The average tunneling length “d” also varies from 3 to 8 nm in the examples. The maximum tunneling length, which can transfer the electrons was reported as 10 nm64. It can be suggested that the calculated “d” for the examples changes in a sensible range to provide the tunneling effect. The developed model in Eq. (8) is applied to foresee the conductivity of samples.
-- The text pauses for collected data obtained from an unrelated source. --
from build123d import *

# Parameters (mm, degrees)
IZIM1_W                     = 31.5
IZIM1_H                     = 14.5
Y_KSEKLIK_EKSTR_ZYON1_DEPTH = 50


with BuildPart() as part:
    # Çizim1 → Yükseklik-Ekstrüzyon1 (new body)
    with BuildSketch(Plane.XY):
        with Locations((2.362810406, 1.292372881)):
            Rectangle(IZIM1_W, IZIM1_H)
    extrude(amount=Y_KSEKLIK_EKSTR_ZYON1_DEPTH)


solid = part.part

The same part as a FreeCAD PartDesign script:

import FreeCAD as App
import Part
import Sketcher
Q = App.Units.Quantity


def add_polygon(sketch, points):
    """Adds a closed chain of lines whose ends are joined by coincident constraints."""
    first, n = sketch.GeometryCount, len(points)
    for a, b in zip(points, points[1:] + points[:1]):
        sketch.addGeometry(Part.LineSegment(App.Vector(*a, 0), App.Vector(*b, 0)), False)
    for i in range(n):
        sketch.addConstraint(Sketcher.Constraint("Coincident", first + i, 2, first + (i + 1) % n, 1))

doc = App.newDocument("Part")
body = doc.addObject("PartDesign::Body", "Body")

# Sketch on XY plane
sketch1 = doc.addObject("Sketcher::SketchObject", "Sketch")
body.addObject(sketch1)
sketch1.AttachmentSupport = (doc.XY_Plane, [""])
sketch1.MapMode = "FlatFace"
add_polygon(sketch1, [(-13, 9), (-13, -6), (18, -6), (18, 9)])  # lines 0-3
sketch1.addConstraint(Sketcher.Constraint("Vertical", 0))
sketch1.addConstraint(Sketcher.Constraint("Horizontal", 1))
sketch1.addConstraint(Sketcher.Constraint("Vertical", 2))
sketch1.addConstraint(Sketcher.Constraint("Horizontal", 3))
sketch1.addConstraint(Sketcher.Constraint("DistanceX", 1, 1, 1, 2, Q("31.5 mm")))
sketch1.addConstraint(Sketcher.Constraint("DistanceY", 0, 2, 0, 1, Q("14.5 mm")))
sketch1.addConstraint(Sketcher.Constraint("DistanceX", 0, 2, -1, 1, Q("13.38719 mm")))
sketch1.addConstraint(Sketcher.Constraint("DistanceY", 0, 2, -1, 1, Q("5.957627 mm")))
pad1 = doc.addObject("PartDesign::Pad", "Pad")
body.addObject(pad1)
pad1.Profile = sketch1
pad1.Length = 50

doc.recompute()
Figure 2 shows the tested data and the calculations by the original (Eq. 1) and progressive (Eq. 8) models for poly (vinylidene fluoride) (PVDF)/graphene36, PS/graphene62, poly (ethylene terephthalate) (PET)/graphene34 and epoxy/graphene63 nanocomposites. The calculations of developed model illustrate the respectable arrangements with the tested data, but the original model underestimates the conductivity. Accordingly, the developed model assuming tunneling length and interphase regions can predict the conductivity of graphene system, while the original model is inappropriate.

The experimented and theoretical values of conductivity by Eqs. (1) and (8) for (a) PVDF36, (b) PS 62, (c) PET34 and (d) epoxy63 graphene cases.

The values of “b” exponent (Table 1) change from 4.6 to 7.6 for the present cases. The previous researchers have indicated that “b” depends on the dimensionality of filler nets in composites58, but it can be suggested that “b” relates to interphase depth and tunneling length in graphene products. Further studies in this area are necessary to show the dependency of “b” exponent to the actual parameters in polymer nanocomposites.

The impacts of model’s variables on the percolation beginning and conductivity are studied by the advanced equations. The parametric studies give the calculated results from the developed model. Actually, the parametric examinations confirm the roles of all parameters in the conductivity of nanocomposites using the developed model. Certainly, obtaining the calculated levels by experiment needs much time and cost, but 3D and contour plots only demonstrate and validate the reasonable effects of all parameters on the conductivity.

Figure 3 exhibits the stimuli of “t” and “D” on the percolation beginning (Eq. 7) at ti = 2 nm and d = 5 nm. The maximum percolation beginning as 0.022 is calculated by t = 5 nm and D = 1 μm, while t = 1 nm and D = 3 μm produce the smallest percolation level. Actually, small “t” and high “D” yield the desirable level for percolation beginning in polymer graphene nanocomposites, while high “t” and low “D” negatively increase the percolation point. Accordingly, the percolation of thin and large graphene nano-sheets more quickly occurs in nanocomposites compared to thick and small ones.

The percolation beginning by “t” and “D” (Eq. 7) at ti = 2 nm and d = 5 nm: (a) 3D and (b) 2D patterns.

The skinny and large nano-sheets harvest a big aspect ratio and big surface zone, which decrease the spaces between nano-sheets and grow the possibility of percolating and networking. Conversely, dense and small nano-sheets cannot introduce numerous inter-particle contacts, which weaken their percolating efficiency in nanocomposites. As a result, thin and large nano-sheets provide desirable percolation beginning by little amount of graphene. The previous articles reported an opposite correlation among percolation level and aspect ratio63,65. They indicated that a low percolation beginning is gotten by a big aspect ratio of graphene, i.e. thin and large nano-sheets. So, their predictions for percolation beginning agree with the developed equation in this study. In fact, the thin and big nano-sheets can occupy large regions in the nanocomposite, which facilitates the formation of nets by low filler concentration.

The variations of percolation beginning at different series of “ti” and “d” are also illustrated in Fig. 4. The most desirable value of percolation beginning as 0.002 is acquired by ti = 10 nm and d = 10 nm, although ti = 2 nm and d = 2 nm raise the percolation level to 0.007. Accordingly, the highest values of “ti” and “d” can create the lowest percolation beginning in the samples. Instead, a high amount of nanoparticles is compulsory to get the percolation beginning in the case of thin interphase and short tunneling length.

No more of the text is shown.